### [TASK DETAILS]
Transcribe only the lines between the first line of the records and the line containing "Rectangle(SKICA3_W, SKICA3_H)", inclusive, exactly as written.

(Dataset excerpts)
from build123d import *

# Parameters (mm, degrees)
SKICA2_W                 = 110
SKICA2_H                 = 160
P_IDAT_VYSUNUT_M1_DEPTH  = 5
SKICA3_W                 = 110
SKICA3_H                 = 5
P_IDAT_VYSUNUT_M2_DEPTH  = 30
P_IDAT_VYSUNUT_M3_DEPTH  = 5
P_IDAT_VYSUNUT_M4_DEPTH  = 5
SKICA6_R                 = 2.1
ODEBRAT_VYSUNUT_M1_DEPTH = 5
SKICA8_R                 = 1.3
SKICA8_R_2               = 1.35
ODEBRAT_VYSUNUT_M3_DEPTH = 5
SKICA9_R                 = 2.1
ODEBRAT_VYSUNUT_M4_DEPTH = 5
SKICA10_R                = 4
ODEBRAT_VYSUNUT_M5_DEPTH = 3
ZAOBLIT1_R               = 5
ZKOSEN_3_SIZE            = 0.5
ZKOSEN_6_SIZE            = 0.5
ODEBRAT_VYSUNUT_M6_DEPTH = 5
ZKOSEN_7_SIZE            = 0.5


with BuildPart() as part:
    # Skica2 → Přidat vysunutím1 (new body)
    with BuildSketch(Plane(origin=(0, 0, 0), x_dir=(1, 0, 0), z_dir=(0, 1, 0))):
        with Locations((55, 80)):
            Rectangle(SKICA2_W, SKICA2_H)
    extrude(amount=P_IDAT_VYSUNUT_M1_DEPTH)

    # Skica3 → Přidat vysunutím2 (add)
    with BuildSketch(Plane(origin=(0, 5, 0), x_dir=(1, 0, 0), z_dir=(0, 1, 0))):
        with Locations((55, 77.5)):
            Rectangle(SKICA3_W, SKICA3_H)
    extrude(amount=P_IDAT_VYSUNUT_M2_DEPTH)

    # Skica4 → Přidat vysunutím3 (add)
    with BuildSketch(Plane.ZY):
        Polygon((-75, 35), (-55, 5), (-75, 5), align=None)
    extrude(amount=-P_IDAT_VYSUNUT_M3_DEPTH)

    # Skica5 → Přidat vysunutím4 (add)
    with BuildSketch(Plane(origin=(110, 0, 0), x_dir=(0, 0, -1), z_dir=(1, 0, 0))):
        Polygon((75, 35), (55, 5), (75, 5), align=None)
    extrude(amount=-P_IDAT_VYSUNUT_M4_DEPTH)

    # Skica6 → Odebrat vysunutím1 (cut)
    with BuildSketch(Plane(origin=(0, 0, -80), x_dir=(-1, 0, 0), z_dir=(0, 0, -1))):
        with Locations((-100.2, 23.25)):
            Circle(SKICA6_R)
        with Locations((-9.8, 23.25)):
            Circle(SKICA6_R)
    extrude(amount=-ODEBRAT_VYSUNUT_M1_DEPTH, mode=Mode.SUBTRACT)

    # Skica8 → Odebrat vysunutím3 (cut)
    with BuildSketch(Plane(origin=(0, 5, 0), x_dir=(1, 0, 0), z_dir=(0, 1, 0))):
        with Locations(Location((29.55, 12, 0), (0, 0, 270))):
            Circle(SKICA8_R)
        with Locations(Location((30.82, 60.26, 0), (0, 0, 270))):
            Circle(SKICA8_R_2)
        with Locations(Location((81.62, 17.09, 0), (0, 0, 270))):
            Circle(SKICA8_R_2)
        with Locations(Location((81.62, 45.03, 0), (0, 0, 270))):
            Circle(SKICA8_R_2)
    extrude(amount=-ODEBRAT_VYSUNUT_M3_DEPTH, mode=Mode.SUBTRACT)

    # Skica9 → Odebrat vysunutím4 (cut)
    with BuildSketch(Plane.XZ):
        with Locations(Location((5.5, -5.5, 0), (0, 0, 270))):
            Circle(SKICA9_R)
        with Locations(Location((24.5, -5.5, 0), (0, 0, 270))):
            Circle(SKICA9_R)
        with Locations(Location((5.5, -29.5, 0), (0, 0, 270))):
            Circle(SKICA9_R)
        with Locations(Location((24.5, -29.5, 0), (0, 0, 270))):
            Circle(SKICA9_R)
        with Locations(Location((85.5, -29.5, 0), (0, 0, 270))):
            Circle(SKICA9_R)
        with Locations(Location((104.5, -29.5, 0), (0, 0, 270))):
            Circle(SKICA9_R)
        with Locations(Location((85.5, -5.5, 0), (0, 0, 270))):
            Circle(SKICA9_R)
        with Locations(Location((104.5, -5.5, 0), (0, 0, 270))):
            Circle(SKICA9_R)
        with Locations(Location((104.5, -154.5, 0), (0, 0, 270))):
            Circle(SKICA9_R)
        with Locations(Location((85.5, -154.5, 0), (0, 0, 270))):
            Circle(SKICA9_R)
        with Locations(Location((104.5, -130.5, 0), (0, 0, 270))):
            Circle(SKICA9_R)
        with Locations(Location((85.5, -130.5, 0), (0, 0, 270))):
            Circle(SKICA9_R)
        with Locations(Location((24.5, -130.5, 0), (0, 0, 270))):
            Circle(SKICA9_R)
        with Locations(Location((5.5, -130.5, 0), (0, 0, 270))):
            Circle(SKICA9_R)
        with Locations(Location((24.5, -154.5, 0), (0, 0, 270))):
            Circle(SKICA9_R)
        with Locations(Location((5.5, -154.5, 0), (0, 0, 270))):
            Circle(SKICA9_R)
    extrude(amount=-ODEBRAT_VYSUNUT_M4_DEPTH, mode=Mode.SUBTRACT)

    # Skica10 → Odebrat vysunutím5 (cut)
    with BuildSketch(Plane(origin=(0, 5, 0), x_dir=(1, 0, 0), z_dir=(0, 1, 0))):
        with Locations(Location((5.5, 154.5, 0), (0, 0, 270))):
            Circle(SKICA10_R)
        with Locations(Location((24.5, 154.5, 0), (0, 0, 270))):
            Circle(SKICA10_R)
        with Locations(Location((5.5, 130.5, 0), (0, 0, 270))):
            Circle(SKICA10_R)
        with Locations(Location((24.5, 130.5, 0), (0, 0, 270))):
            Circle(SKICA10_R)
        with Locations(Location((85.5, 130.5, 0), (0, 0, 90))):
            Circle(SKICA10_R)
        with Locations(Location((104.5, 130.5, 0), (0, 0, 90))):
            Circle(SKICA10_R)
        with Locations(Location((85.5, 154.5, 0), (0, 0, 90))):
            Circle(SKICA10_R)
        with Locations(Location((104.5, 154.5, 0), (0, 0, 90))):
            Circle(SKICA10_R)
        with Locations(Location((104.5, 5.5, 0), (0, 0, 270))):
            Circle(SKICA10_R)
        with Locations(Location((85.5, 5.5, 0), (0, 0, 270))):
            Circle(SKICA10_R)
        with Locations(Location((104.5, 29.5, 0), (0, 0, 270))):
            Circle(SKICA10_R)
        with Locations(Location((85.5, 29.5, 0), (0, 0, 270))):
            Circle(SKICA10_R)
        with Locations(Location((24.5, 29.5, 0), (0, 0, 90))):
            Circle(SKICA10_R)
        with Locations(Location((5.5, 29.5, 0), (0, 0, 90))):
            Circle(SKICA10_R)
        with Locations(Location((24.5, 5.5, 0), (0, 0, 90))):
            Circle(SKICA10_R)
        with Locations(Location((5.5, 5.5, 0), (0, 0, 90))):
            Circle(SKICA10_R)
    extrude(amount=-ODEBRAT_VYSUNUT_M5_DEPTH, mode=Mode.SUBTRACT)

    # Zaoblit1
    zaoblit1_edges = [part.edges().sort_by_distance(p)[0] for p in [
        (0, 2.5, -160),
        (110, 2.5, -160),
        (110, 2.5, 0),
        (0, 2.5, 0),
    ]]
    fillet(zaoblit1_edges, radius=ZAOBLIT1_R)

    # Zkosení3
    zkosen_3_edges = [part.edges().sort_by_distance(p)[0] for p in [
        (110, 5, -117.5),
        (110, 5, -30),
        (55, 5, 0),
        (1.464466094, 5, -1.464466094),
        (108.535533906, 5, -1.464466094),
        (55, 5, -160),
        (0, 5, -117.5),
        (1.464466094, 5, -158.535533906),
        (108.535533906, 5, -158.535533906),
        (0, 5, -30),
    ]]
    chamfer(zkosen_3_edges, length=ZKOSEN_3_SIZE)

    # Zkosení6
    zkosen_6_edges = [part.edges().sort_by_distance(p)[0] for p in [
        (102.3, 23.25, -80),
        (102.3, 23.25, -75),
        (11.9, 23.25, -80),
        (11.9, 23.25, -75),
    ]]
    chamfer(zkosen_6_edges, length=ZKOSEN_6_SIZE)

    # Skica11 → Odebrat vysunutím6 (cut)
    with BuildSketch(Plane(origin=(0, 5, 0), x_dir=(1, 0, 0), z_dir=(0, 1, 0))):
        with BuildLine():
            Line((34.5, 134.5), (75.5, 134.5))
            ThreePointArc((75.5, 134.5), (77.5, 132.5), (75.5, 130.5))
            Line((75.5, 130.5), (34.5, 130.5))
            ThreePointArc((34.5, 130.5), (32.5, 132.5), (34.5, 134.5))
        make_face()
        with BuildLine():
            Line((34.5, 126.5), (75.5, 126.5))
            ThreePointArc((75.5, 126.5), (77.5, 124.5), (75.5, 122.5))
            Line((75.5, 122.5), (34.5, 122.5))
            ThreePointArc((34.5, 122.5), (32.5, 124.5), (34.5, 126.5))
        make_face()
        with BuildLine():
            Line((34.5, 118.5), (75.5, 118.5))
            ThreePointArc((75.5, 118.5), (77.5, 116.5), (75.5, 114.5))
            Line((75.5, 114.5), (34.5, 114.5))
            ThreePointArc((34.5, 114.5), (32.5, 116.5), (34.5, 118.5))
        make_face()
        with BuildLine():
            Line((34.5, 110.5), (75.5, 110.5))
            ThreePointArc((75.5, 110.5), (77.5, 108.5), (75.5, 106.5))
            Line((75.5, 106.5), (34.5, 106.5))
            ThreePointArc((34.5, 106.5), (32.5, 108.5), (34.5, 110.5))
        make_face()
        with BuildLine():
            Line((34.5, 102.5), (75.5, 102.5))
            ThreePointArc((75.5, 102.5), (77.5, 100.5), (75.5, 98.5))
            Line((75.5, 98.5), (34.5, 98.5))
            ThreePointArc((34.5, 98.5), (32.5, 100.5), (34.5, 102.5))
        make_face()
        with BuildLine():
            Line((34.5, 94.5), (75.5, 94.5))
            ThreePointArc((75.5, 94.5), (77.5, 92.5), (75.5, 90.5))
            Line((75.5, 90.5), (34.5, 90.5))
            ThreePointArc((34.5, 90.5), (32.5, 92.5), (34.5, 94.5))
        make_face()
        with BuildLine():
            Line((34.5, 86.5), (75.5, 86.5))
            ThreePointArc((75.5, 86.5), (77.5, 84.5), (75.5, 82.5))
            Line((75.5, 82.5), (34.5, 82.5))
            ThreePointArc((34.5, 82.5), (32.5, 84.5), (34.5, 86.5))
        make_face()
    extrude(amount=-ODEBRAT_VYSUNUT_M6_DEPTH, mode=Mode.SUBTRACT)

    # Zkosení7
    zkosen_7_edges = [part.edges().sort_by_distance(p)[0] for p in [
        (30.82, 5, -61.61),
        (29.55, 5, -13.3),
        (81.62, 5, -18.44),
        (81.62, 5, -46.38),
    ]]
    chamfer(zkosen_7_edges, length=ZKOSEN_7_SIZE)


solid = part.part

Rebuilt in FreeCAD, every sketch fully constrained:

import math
import FreeCAD as App
import Part
import Sketcher

V = App.Vector
Q = App.Units.Quantity


def edges_at(feature, points):
    """Names of the edges that pass closest to the given points."""
    edges = feature.Shape.Edges
    near = lambda p: min(range(len(edges)), key=lambda i: edges[i].distToShape(Part.Vertex(*p))[0])
    return sorted({f"Edge{near(p) + 1}" for p in points})

doc = App.newDocument("Part")
body = doc.addObject("PartDesign::Body", "Body")

# Sketch on XZ plane
sketch1 = doc.addObject("Sketcher::SketchObject", "Sketch")
body.addObject(sketch1)
sketch1.AttachmentSupport = (doc.XZ_Plane, [""])
sketch1.MapMode = "FlatFace"
sketch1.addGeometry([
    Part.LineSegment(V(0, -160, 0), V(0, 0, 0)),
    Part.LineSegment(V(0, 0, 0), V(110, 0, 0)),
    Part.LineSegment(V(110, 0, 0), V(110, -160, 0)),
    Part.LineSegment(V(110, -160, 0), V(0, -160, 0)),
], False)
sketch1.addConstraint([
    Sketcher.Constraint("Coincident", 0, 2, 1, 1),
    Sketcher.Constraint("Coincident", 1, 2, 2, 1),
    Sketcher.Constraint("Coincident", 2, 2, 3, 1),
    Sketcher.Constraint("Coincident", 3, 2, 0, 1),
    Sketcher.Constraint("Vertical", 0),
    Sketcher.Constraint("Horizontal", 1),
    Sketcher.Constraint("Vertical", 2),
    Sketcher.Constraint("Horizontal", 3),
    Sketcher.Constraint("Coincident", 0, 2, -1, 1),
    Sketcher.Constraint("DistanceX", 1, 1, 1, 2, Q("110 mm")),
    Sketcher.Constraint("DistanceY", 0, 1, 0, 2, Q("160 mm")),
])
pad1 = doc.addObject("PartDesign::Pad", "Pad")
body.addObject(pad1)
pad1.Profile = sketch1
pad1.Length = 5
pad1.Reversed = True

# Sketch on XZ plane
sketch2 = doc.addObject("Sketcher::SketchObject", "Sketch001")
body.addObject(sketch2)
sketch2.AttachmentSupport = (doc.XZ_Plane, [""])
sketch2.MapMode = "FlatFace"
sketch2.AttachmentOffset = App.Placement(V(0, 0, -5), App.Rotation())
sketch2.addGeometry([
    Part.LineSegment(V(0, -80, 0), V(0, -75, 0)),
    Part.LineSegment(V(0, -75, 0), V(110, -75, 0)),
    Part.LineSegment(V(110, -75, 0), V(110, -80, 0)),
    Part.LineSegment(V(110, -80, 0), V(0, -80, 0)),
], False)
sketch2.addConstraint([
    Sketcher.Constraint("Coincident", 0, 2, 1, 1),
    Sketcher.Constraint("Coincident", 1, 2, 2, 1),
    Sketcher.Constraint("Coincident", 2, 2, 3, 1),
    Sketcher.Constraint("Coincident", 3, 2, 0, 1),
    Sketcher.Constraint("Vertical", 0),
    Sketcher.Constraint("Horizontal", 1),
    Sketcher.Constraint("Vertical", 2),
    Sketcher.Constraint("Horizontal", 3),
    Sketcher.Constraint("PointOnObject", 0, 2, -2),
    Sketcher.Constraint("DistanceX", 1, 1, 1, 2, Q("110 mm")),
    Sketcher.Constraint("DistanceY", 0, 1, 0, 2, Q("5 mm")),
    Sketcher.Constraint("DistanceY", 0, 2, -1, 1, Q("75 mm")),
])
pad2 = doc.addObject("PartDesign::Pad", "Pad001")
body.addObject(pad2)
pad2.Profile = sketch2
pad2.Length = 30
pad2.Reversed = True

# Sketch on YZ plane
sketch3 = doc.addObject("Sketcher::SketchObject", "Sketch002")
body.addObject(sketch3)
sketch3.AttachmentSupport = (doc.YZ_Plane, [""])
sketch3.MapMode = "FlatFace"
sketch3.addGeometry([
    Part.LineSegment(V(5, -55, 0), V(35, -75, 0)),
    Part.LineSegment(V(35, -75, 0), V(5, -75, 0)),
    Part.LineSegment(V(5, -75, 0), V(5, -55, 0)),
], False)
sketch3.addConstraint([
    Sketcher.Constraint("Coincident", 0, 2, 1, 1),
    Sketcher.Constraint("Coincident", 1, 2, 2, 1),
    Sketcher.Constraint("Coincident", 2, 2, 0, 1),
    Sketcher.Constraint("Horizontal", 1),
    Sketcher.Constraint("Vertical", 2),
    Sketcher.Constraint("DistanceX", 1, 2, 1, 1, Q("30 mm")),
    Sketcher.Constraint("DistanceY", 2, 1, 2, 2, Q("20 mm")),
    Sketcher.Constraint("DistanceX", -1, 1, 0, 2, Q("35 mm")),
    Sketcher.Constraint("DistanceY", 0, 2, -1, 1, Q("75 mm")),
])
pad3 = doc.addObject("PartDesign::Pad", "Pad002")
body.addObject(pad3)
pad3.Profile = sketch3
pad3.Length = 5

# Sketch on YZ plane
sketch4 = doc.addObject("Sketcher::SketchObject", "Sketch003")
body.addObject(sketch4)
sketch4.AttachmentSupport = (doc.YZ_Plane, [""])
sketch4.MapMode = "FlatFace"
sketch4.AttachmentOffset = App.Placement(V(0, 0, 110), App.Rotation())
sketch4.addGeometry([
    Part.LineSegment(V(35, -75, 0), V(5, -55, 0)),
    Part.LineSegment(V(5, -55, 0), V(5, -75, 0)),
    Part.LineSegment(V(5, -75, 0), V(35, -75, 0)),
], False)
sketch4.addConstraint([
    Sketcher.Constraint("Coincident", 0, 2, 1, 1),
    Sketcher.Constraint("Coincident", 1, 2, 2, 1),
    Sketcher.Constraint("Coincident", 2, 2, 0, 1),
    Sketcher.Constraint("Vertical", 1),
    Sketcher.Constraint("Horizontal", 2),
    Sketcher.Constraint("DistanceX", 2, 1, 2, 2, Q("30 mm")),
    Sketcher.Constraint("DistanceY", 1, 2, 1, 1, Q("20 mm")),
    Sketcher.Constraint("DistanceX", -1, 1, 0, 2, Q("5 mm")),
    Sketcher.Constraint("DistanceY", 0, 2, -1, 1, Q("55 mm")),
])
pad4 = doc.addObject("PartDesign::Pad", "Pad003")
body.addObject(pad4)
pad4.Profile = sketch4
pad4.Length = 5
pad4.Reversed = True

### [TASK RESULT]
from build123d import *

# Parameters (mm, degrees)
SKICA2_W                 = 110
SKICA2_H                 = 160
P_IDAT_VYSUNUT_M1_DEPTH  = 5
SKICA3_W                 = 110
SKICA3_H                 = 5
P_IDAT_VYSUNUT_M2_DEPTH  = 30
P_IDAT_VYSUNUT_M3_DEPTH  = 5
P_IDAT_VYSUNUT_M4_DEPTH  = 5
SKICA6_R                 = 2.1
ODEBRAT_VYSUNUT_M1_DEPTH = 5
SKICA8_R                 = 1.3
SKICA8_R_2               = 1.35
ODEBRAT_VYSUNUT_M3_DEPTH = 5
SKICA9_R                 = 2.1
ODEBRAT_VYSUNUT_M4_DEPTH = 5
SKICA10_R                = 4
ODEBRAT_VYSUNUT_M5_DEPTH = 3
ZAOBLIT1_R               = 5
ZKOSEN_3_SIZE            = 0.5
ZKOSEN_6_SIZE            = 0.5
ODEBRAT_VYSUNUT_M6_DEPTH = 5
ZKOSEN_7_SIZE            = 0.5


with BuildPart() as part:
    # Skica2 → Přidat vysunutím1 (new body)
    with BuildSketch(Plane(origin=(0, 0, 0), x_dir=(1, 0, 0), z_dir=(0, 1, 0))):
        with Locations((55, 80)):
            Rectangle(SKICA2_W, SKICA2_H)
    extrude(amount=P_IDAT_VYSUNUT_M1_DEPTH)

    # Skica3 → Přidat vysunutím2 (add)
    with BuildSketch(Plane(origin=(0, 5, 0), x_dir=(1, 0, 0), z_dir=(0, 1, 0))):
        with Locations((55, 77.5)):
            Rectangle(SKICA3_W, SKICA3_H)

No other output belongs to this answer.